Four days later, the University decided not to go through with the name change because members of the Garrett family did not support it, according to University press releases.
“Being outside the Wildermuth should just raise more conversation and get people to realize people like Bill Garrett,” Prather said.
Casey Pfeiffer is in charge of the historical marker program at the Indiana Historical Bureau and said the incongruity speaks volumes and touches on Garrett’s significance even more so.
“On the marker, the first sentence says ‘segregation was rampant’,” Pfeiffer said. “It helps set the stage and context for the period.”
For those who dislike Wildermuth’s sentiments, the issue remains no matter where the Garrett marker is, Graham Cody said.
“I would hope that IU would be open to at least considering a renaming of the Wildermuth Center,” Graham Cody said.
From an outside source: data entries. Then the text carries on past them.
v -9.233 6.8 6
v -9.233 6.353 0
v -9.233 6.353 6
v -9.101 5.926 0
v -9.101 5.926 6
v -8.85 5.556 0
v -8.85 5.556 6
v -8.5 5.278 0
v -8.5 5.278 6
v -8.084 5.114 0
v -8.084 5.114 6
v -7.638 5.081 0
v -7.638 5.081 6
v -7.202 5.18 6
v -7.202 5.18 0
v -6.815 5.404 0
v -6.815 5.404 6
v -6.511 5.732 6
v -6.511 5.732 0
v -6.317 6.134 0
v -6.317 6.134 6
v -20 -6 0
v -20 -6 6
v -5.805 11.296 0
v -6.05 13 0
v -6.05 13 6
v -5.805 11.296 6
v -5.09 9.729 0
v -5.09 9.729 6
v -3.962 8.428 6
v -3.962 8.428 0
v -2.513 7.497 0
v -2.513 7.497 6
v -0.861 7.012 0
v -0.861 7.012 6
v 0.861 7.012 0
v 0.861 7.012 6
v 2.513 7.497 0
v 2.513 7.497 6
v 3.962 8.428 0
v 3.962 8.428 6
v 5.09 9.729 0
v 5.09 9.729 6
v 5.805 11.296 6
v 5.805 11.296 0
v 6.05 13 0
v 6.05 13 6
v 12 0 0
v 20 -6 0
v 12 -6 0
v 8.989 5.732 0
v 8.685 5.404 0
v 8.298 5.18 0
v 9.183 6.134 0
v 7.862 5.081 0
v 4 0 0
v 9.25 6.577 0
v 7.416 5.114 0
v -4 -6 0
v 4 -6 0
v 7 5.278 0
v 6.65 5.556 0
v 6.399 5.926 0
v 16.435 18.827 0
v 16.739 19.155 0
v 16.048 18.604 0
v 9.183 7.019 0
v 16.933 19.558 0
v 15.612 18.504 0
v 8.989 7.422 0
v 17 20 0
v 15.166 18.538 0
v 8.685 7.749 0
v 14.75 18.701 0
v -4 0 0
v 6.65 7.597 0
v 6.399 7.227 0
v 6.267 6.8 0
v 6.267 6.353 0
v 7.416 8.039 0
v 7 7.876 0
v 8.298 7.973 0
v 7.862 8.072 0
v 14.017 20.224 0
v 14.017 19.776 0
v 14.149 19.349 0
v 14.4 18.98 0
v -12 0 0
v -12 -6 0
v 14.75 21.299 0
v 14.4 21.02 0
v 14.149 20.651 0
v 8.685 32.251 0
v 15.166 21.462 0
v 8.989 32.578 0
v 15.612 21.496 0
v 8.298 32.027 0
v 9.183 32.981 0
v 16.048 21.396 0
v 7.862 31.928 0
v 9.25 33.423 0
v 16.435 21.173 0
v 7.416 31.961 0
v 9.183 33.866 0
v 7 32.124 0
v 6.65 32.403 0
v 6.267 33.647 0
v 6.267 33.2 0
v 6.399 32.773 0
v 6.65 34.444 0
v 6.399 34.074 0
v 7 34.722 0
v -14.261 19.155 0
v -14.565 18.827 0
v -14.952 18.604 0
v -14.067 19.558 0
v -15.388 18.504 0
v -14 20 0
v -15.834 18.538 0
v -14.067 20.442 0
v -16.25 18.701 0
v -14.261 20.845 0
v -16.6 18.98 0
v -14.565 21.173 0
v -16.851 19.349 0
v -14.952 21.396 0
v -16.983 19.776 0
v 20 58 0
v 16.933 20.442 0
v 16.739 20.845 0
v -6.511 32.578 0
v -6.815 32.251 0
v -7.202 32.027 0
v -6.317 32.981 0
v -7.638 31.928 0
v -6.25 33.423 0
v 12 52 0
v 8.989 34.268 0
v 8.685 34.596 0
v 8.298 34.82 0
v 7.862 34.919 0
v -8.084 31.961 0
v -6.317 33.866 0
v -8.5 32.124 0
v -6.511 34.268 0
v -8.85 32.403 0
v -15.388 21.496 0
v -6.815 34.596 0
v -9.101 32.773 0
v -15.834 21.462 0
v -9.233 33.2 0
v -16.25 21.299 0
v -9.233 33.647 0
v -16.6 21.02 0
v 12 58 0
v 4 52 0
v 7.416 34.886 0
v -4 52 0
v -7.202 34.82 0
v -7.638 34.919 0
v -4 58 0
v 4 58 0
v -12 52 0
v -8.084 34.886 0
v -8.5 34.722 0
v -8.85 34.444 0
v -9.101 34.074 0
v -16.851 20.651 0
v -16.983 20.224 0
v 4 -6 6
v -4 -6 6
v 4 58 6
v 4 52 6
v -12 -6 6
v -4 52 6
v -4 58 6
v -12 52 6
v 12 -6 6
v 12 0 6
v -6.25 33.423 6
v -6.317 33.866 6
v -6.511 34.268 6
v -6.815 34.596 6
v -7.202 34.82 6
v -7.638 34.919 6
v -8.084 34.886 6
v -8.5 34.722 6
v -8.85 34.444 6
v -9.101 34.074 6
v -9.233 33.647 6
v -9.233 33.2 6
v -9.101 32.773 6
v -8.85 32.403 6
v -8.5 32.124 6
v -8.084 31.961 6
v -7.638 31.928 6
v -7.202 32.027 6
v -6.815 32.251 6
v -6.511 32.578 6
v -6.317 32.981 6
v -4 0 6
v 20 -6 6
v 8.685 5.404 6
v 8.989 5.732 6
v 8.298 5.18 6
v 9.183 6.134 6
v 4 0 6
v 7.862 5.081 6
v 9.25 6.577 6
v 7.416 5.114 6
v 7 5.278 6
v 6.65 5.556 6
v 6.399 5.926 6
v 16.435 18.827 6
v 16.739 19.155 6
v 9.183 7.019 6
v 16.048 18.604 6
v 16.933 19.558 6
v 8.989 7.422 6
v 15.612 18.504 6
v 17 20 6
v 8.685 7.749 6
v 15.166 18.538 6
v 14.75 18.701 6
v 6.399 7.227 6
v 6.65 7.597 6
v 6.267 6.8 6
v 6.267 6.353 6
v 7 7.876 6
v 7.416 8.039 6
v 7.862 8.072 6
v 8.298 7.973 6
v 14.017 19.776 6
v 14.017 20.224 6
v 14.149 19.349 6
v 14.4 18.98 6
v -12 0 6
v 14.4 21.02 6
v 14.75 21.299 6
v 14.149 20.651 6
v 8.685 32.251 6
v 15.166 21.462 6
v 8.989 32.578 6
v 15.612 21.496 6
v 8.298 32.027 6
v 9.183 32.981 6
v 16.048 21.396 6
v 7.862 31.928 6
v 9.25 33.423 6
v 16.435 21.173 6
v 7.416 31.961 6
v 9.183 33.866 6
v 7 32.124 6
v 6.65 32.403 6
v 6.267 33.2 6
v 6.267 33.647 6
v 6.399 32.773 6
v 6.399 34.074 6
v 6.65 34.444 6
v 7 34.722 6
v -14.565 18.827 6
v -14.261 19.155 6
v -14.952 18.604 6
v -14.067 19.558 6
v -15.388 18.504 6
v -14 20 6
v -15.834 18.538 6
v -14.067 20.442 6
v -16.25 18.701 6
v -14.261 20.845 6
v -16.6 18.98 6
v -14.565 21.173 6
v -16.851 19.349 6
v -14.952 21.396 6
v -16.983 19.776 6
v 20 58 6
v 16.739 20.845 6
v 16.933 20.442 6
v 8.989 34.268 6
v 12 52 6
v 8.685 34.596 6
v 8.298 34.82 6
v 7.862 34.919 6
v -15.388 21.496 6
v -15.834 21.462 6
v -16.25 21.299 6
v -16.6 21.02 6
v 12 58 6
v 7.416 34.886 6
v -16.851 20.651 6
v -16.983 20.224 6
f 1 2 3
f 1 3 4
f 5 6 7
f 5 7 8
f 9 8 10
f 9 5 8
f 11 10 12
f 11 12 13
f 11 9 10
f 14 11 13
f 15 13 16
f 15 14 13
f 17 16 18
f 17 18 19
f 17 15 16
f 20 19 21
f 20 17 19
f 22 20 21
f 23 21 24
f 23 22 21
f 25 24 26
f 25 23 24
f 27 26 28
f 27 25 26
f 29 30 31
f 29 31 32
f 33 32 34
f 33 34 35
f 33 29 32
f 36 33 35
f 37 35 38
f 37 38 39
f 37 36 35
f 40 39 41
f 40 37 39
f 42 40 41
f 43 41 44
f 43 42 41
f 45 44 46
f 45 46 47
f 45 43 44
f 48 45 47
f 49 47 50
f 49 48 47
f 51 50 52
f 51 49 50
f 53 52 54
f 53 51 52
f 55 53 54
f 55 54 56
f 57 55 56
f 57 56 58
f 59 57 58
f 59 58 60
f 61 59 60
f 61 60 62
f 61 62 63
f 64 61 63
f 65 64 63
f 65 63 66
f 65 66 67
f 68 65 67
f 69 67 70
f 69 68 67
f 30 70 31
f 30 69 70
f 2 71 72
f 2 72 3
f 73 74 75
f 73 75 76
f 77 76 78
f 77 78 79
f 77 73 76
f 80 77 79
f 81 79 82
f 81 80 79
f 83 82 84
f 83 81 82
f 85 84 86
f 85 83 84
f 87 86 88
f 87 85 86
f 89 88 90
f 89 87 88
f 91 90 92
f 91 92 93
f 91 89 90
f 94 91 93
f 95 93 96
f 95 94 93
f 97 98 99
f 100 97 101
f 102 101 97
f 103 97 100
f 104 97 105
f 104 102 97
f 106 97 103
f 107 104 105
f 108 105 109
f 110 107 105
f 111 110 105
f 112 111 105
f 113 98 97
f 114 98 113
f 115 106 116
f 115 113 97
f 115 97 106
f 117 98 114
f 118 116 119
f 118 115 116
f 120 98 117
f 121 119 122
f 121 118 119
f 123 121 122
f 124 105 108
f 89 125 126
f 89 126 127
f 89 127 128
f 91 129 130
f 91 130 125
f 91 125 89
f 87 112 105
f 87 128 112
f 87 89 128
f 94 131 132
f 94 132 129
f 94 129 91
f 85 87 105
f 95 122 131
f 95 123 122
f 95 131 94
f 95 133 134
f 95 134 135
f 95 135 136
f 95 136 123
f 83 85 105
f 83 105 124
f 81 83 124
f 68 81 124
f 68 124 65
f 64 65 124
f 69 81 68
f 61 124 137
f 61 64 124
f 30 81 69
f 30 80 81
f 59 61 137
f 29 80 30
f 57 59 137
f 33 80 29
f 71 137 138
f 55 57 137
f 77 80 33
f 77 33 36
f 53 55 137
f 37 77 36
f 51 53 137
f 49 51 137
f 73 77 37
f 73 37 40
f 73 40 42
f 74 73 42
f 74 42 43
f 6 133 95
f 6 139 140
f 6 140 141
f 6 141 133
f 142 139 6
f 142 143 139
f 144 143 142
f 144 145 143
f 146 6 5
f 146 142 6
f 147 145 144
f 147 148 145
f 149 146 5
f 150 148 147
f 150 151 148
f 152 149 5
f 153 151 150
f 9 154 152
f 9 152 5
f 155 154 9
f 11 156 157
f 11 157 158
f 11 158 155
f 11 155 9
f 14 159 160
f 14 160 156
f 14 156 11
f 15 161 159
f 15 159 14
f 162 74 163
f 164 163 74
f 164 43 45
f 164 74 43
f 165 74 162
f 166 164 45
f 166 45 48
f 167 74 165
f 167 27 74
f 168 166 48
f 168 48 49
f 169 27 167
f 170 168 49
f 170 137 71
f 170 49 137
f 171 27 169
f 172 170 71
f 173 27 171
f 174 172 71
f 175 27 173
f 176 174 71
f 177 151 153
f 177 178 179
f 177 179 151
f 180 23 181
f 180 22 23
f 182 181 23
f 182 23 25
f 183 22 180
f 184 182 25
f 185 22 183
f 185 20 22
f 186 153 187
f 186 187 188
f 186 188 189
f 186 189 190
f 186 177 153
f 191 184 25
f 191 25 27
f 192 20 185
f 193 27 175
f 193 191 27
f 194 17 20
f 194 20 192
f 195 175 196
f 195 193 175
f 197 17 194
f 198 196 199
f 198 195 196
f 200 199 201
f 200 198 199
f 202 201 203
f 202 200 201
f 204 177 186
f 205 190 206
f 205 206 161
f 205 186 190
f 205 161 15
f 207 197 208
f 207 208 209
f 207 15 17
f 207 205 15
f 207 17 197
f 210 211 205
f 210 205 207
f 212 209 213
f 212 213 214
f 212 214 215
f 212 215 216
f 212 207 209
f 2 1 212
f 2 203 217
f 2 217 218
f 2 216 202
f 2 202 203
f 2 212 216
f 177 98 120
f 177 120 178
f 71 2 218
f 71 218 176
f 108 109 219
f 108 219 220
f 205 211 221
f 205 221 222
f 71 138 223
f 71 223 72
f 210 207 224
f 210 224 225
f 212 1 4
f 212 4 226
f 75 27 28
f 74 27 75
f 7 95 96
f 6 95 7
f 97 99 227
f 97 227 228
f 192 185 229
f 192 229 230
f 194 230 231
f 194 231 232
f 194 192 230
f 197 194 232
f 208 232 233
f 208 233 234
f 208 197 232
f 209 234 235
Garrett wasn’t always destined to play basketball at IU. Coming off a state championship win with his Shelbyville High School team and earning the Mr. Basketball title, Garrett still wasn’t recruited by any majority white schools.
So he packed his things and headed to Tennessee State University in Nashville, Tennessee, but Faburn DeFrantz had other ideas. DeFrantz was the director of the Senate Avenue YMCA, which at the time was one of the largest African American YMCAs in the country. DeFrantz was a strong advocate of integration, so he assembled a team of influential black community members and met with Herman B Wells to make Garrett’s case.
McCracken said if Garrett was on campus, he would let him try out.
Garrett got on a bus in Nashville and made his way to Bloomington.
Garrett’s talent was undeniable. He was a walk-on to the freshman team and became the best player IU had, Graham Cody said.
The freshman team would warm up before the varsity. Garrett sometimes drew a larger crowd for the pre-show than the actual game.
As a sophomore, he made the varsity team. Garrett set new scoring and rebounding recordings, he averaged 13.1 points per game in his senior season.
IU’s current center, Thomas Bryant, averaged 12.6 points per game this past season. When Garrett played in the late 1940s and early1950s, games were lower scoring.
Garrett was honored again for his outstanding performance, he became an All-American as a senior.
While he was at IU, the dorms, cafeteria and the Indiana Memorial Union integrated.
Black students began attending basketball games when Garrett played, and were able to be more involved on campus because of integration, Graham Cody said.
“He dealt with all the difficulties that went along with being the first incredibly graciously in a way that never gave an excuse to any sort of racism or arguing for segregation,” Graham Cody said.
Garrett’s role on IU’s team had greater implications for black people and segregation in the United States.
“At a time when unemployment was high for African Americans, when there was a real housing crisis, when there were still quotas for university and law schools, having someone to root for was an important thing,” Graham Cody said.